In ancient texts the mind is compared to a ‘Mad Drunk Monkey’, so controlling and taming the mind is not easy – it requires training. Mind wandering or daydreaming is not only a common activity, present in roughly 50% of our waking life, it is also associated with less happiness, ruminating and worrying about the past and future.  Mind wandering is also known to correlate with neural activity in a network of brain areas that support self-referential processing, known as the default-mode network (DMN) or Me centre (6)! This network has been associated with processes ranging from attention lapses, to anxiety, to clinical disorders such as attention-deficit hyperactivity disorder (ADHD) and Alzheimer’s disease. In fact some studies have demonstrated that increased connection and activity in parts of the DMN are correlated with major depression and other mental illnesses (7). The network activates “by default” when a person is not involved voluntarily. Many philosophical and contemplative traditions teach that ‘living in the moment’ increases happiness. One potential way to reduce DMN activity is through the practice of mindfulness meditation. One of the most interesting studies published in 2011, carried out at Yale University, found that mindfulness meditation decreases activity in the default mode network (DMN) (8). Further studies have again proved that meditation, through its quieting effect on the DMN, appears to do just this (9). This provides a unique understanding of possible neural mechanisms of meditation.

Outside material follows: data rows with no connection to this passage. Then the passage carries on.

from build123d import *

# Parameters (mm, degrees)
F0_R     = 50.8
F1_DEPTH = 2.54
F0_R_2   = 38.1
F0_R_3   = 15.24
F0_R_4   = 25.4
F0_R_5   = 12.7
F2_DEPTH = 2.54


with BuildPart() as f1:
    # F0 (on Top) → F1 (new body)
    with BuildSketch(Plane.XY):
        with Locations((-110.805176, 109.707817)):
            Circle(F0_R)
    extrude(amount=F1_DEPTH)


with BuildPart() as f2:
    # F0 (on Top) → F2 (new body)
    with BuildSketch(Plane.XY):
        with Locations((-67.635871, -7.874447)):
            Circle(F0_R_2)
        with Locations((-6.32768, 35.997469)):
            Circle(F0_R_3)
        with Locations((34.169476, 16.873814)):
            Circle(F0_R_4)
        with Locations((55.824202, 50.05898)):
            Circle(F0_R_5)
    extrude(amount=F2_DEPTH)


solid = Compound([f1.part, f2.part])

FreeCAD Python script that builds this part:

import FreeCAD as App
import Part
import Sketcher
from FreeCAD import Vector
Q = App.Units.Quantity

doc = App.newDocument("Part")
params = doc.addObject("Spreadsheet::Sheet", "Params")
for row, (alias, value) in enumerate([
    ("sketch1_diameter", "4 in"),
    ("pad1_length", "0.1 in"),
    ("sketch2_diameter", "3 in"),
    ("sketch2_diameter2", "2 in"),
    ("sketch2_diameter3", "1 in"),
    ("sketch2_diameter4", "1.2 in"),
    ("pad2_length", "0.1 in"),
], start=1):
    params.set(f"A{row}", alias)
    params.set(f"B{row}", "=" + value)
    params.setAlias(f"B{row}", alias)

body = doc.addObject("PartDesign::Body", "Body")

# Sketch on XY plane
sketch1 = body.newObject("Sketcher::SketchObject", "Sketch")
sketch1.AttachmentSupport = (doc.getObject("XY_Plane"), [""])
sketch1.MapMode = "FlatFace"
sketch1.addGeometry(Part.Circle(Vector(-110.805176, 109.707817, 0), Vector(0, 0, 1), 50.8), False)
sketch1.addConstraint([
    Sketcher.Constraint("Diameter", 0, Q("4 in")),
    Sketcher.Constraint("DistanceX", 0, 3, -1, 1, 110.805176),
    Sketcher.Constraint("DistanceY", -1, 1, 0, 3, 109.707817),
])
sketch1.setExpression("Constraints[0]", "Params.sketch1_diameter")
pad1 = body.newObject("PartDesign::Pad", "Pad")
pad1.Profile = sketch1
pad1.setExpression("Length", "Params.pad1_length")
body2 = doc.addObject("PartDesign::Body", "Body001")
body2.AllowCompound = True

# Sketch on XY plane
sketch2 = body2.newObject("Sketcher::SketchObject", "Sketch001")
sketch2.AttachmentSupport = (doc.getObject("XY_Plane001"), [""])
sketch2.MapMode = "FlatFace"
sketch2.addGeometry([
    Part.Circle(Vector(-67.635871, -7.874447, 0), Vector(0, 0, 1), 38.1),
    Part.Circle(Vector(-6.32768, 35.997469, 0), Vector(0, 0, 1), 15.24),
    Part.Circle(Vector(34.169476, 16.873814, 0), Vector(0, 0, 1), 25.4),
    Part.Circle(Vector(55.824202, 50.05898, 0), Vector(0, 0, 1), 12.7),
], False)
sketch2.addConstraint([
    Sketcher.Constraint("Diameter", 0, Q("3 in")),
    Sketcher.Constraint("Diameter", 2, Q("2 in")),
    Sketcher.Constraint("Diameter", 3, Q("1 in")),
    Sketcher.Constraint("Diameter", 1, Q("1.2 in")),
    Sketcher.Constraint("DistanceY", 2, 3, 1, 3, Q("0.7528998 in")),
    Sketcher.Constraint("DistanceX", 0, 3, -1, 1, 67.635871),
    Sketcher.Constraint("DistanceX", 1, 3, -1, 1, 6.32768),
    Sketcher.Constraint("DistanceY", -1, 1, 1, 3, 35.997469),
    Sketcher.Constraint("DistanceY", -1, 1, 3, 3, 50.05898),
    Sketcher.Constraint("DistanceY", 0, 3, 2, 3, 24.748261),
    Sketcher.Constraint("DistanceX", -1, 1, 2, 3, 34.169476),
    Sketcher.Constraint("DistanceX", -1, 1, 3, 3, 55.824202),
])
sketch2.setExpression("Constraints[0]", "Params.sketch2_diameter")
sketch2.setExpression("Constraints[1]", "Params.sketch2_diameter2")
sketch2.setExpression("Constraints[2]", "Params.sketch2_diameter3")
sketch2.setExpression("Constraints[3]", "Params.sketch2_diameter4")
pad2 = body2.newObject("PartDesign::Pad", "Pad001")
pad2.Profile = sketch2
pad2.setExpression("Length", "Params.pad2_length")

doc.recompute()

While the scientific community keep gathering evidence that supports the good effects of meditation, we shouldn’t wait for it. Pick a time, every day, to sit in meditation and tap in to the bliss within. One thing is sure, there are no ill effects of meditation, so there is nothing to lose!


1. Mindfulness-based cognitive therapy for depressed individuals improves suppression of irrelevant mental-set. Greenberg J, Shapero BG, Mischoulon D, Lazar SW. Eur Arch Psychiatry Clin Neurosci. 2016 Nov 9

2. The Effects of Mind Subtraction Meditation on Breast Cancer Survivors’ Psychological and Spiritual Well-being and Sleep Quality: A Randomized Controlled Trial in South Korea. Yun MR, Song M, Jung KH, Yu BJ, Lee KJ. Cancer Nurs. 2016 Nov 4

3. Mindfulness-Based Stress Reduction as a Stress Management Intervention for Cancer Care: A Systematic Review. Rush SE, Sharma M. J Evid Based Complementary Altern Med. 2016 Aug 3.

4. Mindfulness-based interventions for coping with cancer. Carlson LE. Ann N Y Acad Sci. 2016 Jun;1373(1):5-12.

5. Forever Young(er): potential age-defying effects of long-term meditation on gray matter atrophy. Luders E, Cherbuin N, Kurth F. Front Psychol. 2015 Jan 21;5:1551.

6. The brain’s default network: anatomy, function, and relevance to disease. Buckner RL1, Andrews-Hanna JR, Schacter DL  Ann N Y Acad Sci. 2008 Mar;1124:1-38.

7. Differential association of default mode network connectivity and rumination in healthy individuals and remitted MDD patients. Lois G, Wessa M. Soc Cogn Affect Neurosci. 2016 Nov;11(11):1792-1801

8. Meditation experience is associated with differences in default mode network activity and connectivity. Proc Natl Acad Sci U S A. 2011 Dec 13;108(50):20254-9. Brewer JA1, Worhunsky PD, Gray JR, Tang YY, Weber J, Kober H

9. Meditation leads to reduced default mode network activity beyond an active task. Garrison KA1, Zeffiro TA, Scheinost D, Constable RT, Brewer JA. Cogn Affect Behav Neurosci. 2015 Sep;15(3):712-20.